ASSIGNED TASK ▸ Lines below starting with the line with "e24 v23 v23" and going on through the line with "e29 v27 v27" must be output exactly; the rest of the records must be left out.
Start of STORED DATA
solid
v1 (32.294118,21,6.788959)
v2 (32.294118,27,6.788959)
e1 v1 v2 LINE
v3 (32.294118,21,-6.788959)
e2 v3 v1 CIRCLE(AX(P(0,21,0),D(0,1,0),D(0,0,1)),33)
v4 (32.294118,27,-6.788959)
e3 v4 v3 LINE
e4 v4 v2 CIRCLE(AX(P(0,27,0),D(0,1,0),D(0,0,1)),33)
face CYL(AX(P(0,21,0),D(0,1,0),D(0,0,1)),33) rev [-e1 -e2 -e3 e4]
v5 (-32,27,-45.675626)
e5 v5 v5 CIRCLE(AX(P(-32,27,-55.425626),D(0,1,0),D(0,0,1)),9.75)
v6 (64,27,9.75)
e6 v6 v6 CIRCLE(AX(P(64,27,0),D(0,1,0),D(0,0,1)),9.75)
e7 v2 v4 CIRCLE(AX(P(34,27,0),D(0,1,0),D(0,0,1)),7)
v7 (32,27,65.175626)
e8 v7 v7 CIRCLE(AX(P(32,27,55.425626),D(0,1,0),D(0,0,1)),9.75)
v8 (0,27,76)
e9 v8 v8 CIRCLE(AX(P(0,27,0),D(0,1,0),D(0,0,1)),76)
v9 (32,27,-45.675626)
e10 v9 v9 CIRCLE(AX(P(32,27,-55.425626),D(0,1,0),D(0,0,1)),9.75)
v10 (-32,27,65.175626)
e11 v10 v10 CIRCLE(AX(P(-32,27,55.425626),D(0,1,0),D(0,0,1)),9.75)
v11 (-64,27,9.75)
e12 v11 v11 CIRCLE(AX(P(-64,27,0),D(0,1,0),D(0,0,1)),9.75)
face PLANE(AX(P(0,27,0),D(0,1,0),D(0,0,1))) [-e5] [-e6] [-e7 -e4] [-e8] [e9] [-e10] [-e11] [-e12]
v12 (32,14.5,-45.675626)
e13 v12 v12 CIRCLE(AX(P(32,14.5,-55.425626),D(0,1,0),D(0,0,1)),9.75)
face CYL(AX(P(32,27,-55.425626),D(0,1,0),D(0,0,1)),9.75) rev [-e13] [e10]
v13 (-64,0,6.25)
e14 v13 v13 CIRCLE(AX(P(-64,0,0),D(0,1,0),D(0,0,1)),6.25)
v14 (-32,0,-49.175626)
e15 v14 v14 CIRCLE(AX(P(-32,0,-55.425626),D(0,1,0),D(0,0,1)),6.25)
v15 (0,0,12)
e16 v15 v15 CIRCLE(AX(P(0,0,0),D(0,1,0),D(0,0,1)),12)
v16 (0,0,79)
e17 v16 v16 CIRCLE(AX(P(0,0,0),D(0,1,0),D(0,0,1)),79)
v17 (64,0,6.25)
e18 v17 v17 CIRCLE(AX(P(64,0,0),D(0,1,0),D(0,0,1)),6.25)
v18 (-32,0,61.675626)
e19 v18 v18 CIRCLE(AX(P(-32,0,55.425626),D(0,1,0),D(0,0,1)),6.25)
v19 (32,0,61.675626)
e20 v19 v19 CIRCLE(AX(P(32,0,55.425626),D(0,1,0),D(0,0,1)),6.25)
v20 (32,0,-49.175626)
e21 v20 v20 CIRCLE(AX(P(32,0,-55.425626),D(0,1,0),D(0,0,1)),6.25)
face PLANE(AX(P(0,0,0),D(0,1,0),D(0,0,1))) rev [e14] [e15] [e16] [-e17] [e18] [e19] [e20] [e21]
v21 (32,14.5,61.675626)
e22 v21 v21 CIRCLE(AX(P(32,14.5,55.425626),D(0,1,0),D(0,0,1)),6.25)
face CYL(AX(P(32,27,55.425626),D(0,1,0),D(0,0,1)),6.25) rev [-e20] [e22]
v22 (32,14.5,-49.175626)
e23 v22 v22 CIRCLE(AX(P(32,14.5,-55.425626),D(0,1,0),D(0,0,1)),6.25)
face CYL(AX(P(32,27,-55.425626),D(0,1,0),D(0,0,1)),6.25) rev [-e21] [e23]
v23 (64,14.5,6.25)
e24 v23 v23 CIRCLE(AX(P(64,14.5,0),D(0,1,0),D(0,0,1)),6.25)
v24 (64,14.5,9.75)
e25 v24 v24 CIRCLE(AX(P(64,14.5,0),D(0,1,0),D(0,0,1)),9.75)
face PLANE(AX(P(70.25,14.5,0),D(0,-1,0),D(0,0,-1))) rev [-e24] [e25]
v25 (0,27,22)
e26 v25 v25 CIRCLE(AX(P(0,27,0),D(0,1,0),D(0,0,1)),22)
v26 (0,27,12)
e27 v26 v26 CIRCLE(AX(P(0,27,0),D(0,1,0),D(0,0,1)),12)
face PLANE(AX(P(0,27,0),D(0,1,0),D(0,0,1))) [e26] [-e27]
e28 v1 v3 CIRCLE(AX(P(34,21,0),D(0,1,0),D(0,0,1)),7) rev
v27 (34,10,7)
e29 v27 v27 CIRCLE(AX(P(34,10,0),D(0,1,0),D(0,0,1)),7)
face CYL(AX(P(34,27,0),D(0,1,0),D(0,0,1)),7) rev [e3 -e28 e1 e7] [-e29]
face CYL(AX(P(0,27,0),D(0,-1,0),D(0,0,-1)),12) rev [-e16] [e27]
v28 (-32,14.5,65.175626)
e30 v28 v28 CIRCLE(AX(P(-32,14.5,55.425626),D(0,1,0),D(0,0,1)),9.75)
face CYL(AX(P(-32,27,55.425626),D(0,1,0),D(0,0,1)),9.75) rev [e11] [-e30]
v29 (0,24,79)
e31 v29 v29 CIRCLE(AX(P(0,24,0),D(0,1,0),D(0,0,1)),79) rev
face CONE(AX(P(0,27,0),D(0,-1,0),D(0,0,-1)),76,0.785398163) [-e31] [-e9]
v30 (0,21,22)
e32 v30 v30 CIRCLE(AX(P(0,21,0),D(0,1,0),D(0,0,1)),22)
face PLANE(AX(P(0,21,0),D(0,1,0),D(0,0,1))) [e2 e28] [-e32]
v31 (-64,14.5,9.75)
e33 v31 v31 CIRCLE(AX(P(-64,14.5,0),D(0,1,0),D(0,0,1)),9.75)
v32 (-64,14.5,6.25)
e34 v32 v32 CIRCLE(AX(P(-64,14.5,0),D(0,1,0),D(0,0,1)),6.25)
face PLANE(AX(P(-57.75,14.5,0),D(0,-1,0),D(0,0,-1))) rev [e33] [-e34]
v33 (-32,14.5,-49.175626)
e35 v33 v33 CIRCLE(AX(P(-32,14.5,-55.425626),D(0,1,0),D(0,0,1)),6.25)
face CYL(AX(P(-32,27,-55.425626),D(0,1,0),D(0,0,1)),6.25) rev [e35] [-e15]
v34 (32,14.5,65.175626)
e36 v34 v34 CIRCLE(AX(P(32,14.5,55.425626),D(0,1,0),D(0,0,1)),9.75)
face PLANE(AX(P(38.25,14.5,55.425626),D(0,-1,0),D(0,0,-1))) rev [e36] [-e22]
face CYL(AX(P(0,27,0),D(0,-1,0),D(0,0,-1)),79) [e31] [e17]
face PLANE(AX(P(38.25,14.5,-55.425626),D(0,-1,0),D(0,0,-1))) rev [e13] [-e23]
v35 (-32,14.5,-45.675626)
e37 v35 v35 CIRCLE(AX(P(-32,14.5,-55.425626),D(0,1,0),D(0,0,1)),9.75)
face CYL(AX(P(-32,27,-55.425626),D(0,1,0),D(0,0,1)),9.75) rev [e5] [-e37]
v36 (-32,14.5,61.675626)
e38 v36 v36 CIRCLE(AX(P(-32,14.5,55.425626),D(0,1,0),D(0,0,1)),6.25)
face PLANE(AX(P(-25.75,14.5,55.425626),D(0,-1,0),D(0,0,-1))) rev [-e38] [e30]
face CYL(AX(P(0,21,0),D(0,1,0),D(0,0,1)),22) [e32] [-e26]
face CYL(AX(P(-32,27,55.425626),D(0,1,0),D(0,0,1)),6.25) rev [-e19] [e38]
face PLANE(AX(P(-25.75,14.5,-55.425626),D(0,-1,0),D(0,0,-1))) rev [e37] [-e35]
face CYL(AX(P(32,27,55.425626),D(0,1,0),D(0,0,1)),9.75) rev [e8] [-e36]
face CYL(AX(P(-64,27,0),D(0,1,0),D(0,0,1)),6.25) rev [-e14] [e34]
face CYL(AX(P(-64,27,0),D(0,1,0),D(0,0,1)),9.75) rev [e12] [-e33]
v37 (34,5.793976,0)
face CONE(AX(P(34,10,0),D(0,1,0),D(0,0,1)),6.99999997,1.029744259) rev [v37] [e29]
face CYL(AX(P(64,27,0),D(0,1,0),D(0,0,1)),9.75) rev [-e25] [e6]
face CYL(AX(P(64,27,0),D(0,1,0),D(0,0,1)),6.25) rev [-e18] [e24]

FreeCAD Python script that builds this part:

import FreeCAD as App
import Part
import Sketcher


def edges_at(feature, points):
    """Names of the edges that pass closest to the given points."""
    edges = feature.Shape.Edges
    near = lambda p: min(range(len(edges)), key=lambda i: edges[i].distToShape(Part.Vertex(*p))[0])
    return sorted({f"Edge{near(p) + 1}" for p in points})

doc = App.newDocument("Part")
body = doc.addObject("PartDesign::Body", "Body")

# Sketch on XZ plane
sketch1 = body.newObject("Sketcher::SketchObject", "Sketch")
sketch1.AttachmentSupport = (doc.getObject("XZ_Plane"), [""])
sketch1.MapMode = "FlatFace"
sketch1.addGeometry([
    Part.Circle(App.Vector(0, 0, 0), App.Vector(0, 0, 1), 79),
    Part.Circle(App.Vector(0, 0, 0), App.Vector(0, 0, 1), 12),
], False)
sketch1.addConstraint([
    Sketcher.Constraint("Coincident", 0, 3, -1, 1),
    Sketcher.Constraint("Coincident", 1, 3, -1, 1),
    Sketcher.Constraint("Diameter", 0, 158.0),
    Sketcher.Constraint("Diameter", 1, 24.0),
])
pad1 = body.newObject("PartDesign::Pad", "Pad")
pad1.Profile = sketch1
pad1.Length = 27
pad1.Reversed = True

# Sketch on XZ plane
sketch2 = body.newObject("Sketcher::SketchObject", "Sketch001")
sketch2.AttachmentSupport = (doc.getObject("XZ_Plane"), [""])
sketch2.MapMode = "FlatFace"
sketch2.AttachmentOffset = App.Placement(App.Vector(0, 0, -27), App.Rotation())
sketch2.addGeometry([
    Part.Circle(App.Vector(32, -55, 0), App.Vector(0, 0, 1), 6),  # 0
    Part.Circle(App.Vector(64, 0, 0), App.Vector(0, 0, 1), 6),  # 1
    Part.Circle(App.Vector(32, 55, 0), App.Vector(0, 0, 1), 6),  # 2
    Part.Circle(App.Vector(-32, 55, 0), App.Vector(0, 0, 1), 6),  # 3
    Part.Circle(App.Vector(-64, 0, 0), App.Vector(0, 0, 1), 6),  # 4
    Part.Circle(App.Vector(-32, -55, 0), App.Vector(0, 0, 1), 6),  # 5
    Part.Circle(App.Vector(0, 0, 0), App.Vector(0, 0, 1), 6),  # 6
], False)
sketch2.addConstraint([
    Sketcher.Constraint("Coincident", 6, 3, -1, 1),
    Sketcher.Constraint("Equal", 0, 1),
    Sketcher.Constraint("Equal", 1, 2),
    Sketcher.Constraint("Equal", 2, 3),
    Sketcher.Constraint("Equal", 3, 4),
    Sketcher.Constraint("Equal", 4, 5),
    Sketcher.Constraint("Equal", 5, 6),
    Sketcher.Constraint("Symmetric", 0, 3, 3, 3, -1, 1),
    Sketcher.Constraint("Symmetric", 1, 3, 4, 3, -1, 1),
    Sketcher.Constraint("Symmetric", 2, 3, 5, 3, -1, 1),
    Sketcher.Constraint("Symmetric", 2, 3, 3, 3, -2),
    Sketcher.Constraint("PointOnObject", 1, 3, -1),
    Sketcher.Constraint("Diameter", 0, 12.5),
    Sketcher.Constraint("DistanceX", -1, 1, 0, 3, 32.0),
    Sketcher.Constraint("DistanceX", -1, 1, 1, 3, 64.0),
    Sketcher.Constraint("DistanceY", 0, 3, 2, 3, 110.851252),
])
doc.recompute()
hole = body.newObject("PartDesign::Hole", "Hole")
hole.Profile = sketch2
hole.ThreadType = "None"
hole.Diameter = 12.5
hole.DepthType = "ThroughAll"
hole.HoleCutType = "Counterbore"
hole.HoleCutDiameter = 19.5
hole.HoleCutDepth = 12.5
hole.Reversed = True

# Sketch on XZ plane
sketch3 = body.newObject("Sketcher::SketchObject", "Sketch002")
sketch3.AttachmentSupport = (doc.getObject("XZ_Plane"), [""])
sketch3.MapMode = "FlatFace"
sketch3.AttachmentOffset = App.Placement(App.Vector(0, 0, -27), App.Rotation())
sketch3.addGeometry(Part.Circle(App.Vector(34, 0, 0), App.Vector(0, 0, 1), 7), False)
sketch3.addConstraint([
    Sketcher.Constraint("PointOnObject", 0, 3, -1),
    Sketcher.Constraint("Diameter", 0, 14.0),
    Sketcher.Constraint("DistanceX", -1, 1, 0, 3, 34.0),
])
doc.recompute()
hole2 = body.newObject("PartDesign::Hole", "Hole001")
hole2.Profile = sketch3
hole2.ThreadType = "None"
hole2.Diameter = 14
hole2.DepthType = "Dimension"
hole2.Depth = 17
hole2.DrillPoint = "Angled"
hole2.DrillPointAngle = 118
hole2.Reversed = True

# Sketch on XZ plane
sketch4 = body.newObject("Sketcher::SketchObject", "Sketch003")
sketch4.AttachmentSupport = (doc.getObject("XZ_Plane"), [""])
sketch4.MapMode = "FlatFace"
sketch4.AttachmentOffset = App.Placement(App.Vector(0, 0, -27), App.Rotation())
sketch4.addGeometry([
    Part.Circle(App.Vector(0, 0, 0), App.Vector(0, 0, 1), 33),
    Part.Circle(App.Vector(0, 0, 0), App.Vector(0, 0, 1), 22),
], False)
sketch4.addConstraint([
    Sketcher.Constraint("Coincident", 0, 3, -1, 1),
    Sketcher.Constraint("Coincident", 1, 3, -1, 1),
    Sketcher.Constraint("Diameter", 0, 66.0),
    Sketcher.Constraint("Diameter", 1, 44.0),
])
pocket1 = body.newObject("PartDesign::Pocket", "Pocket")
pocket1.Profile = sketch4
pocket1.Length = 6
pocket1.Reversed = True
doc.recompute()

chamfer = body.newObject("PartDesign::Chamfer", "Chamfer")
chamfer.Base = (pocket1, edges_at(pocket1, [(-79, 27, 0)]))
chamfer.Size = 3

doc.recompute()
End of STORED DATA
Start of STORED DATA
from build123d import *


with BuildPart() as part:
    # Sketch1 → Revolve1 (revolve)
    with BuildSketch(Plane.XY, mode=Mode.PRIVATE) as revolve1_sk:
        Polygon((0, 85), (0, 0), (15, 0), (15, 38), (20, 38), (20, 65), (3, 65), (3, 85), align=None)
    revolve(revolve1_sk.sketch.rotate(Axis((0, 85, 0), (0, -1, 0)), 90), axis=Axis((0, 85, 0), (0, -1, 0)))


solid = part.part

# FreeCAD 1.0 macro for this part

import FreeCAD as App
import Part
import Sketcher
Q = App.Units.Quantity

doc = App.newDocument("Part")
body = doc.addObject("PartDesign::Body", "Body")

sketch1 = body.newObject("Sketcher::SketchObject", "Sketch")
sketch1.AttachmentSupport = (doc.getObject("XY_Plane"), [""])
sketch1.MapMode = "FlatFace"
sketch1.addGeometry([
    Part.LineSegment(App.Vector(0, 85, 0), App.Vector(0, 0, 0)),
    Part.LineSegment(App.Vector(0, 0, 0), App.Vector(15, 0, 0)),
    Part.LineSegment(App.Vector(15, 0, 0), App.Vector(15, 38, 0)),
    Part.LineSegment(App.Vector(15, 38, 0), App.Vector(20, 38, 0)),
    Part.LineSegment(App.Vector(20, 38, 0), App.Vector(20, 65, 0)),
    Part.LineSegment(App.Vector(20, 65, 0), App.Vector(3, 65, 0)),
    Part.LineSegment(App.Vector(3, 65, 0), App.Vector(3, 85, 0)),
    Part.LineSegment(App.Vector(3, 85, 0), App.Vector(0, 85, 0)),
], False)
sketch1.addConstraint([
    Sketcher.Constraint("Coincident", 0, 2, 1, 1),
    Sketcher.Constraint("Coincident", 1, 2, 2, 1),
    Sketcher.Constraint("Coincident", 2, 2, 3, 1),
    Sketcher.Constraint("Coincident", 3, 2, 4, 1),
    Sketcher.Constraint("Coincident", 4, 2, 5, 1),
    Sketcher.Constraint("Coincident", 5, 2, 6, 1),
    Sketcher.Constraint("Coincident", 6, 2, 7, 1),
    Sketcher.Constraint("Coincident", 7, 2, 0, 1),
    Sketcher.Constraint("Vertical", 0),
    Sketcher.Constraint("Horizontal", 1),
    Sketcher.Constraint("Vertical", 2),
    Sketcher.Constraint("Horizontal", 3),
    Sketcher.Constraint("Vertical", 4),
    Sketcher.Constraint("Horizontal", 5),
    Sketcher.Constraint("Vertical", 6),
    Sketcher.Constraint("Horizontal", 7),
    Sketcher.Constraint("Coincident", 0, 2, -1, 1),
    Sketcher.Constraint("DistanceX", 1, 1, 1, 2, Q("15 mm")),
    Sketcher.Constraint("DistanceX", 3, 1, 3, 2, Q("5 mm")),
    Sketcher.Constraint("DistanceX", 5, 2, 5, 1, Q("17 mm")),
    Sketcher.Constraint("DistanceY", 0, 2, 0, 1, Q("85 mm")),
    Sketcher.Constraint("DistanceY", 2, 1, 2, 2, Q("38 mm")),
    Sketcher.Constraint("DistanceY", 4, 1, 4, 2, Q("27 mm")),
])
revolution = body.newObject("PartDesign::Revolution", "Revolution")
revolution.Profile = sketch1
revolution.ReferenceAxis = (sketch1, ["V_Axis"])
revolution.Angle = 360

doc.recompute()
End of STORED DATA
WORKED SOLUTION ▸
e24 v23 v23 CIRCLE(AX(P(64,14.5,0),D(0,1,0),D(0,0,1)),6.25)
v24 (64,14.5,9.75)
e25 v24 v24 CIRCLE(AX(P(64,14.5,0),D(0,1,0),D(0,0,1)),9.75)
face PLANE(AX(P(70.25,14.5,0),D(0,-1,0),D(0,0,-1))) rev [-e24] [e25]
v25 (0,27,22)
e26 v25 v25 CIRCLE(AX(P(0,27,0),D(0,1,0),D(0,0,1)),22)
v26 (0,27,12)
e27 v26 v26 CIRCLE(AX(P(0,27,0),D(0,1,0),D(0,0,1)),12)
face PLANE(AX(P(0,27,0),D(0,1,0),D(0,0,1))) [e26] [-e27]
e28 v1 v3 CIRCLE(AX(P(34,21,0),D(0,1,0),D(0,0,1)),7) rev
v27 (34,10,7)
e29 v27 v27 CIRCLE(AX(P(34,10,0),D(0,1,0),D(0,0,1)),7)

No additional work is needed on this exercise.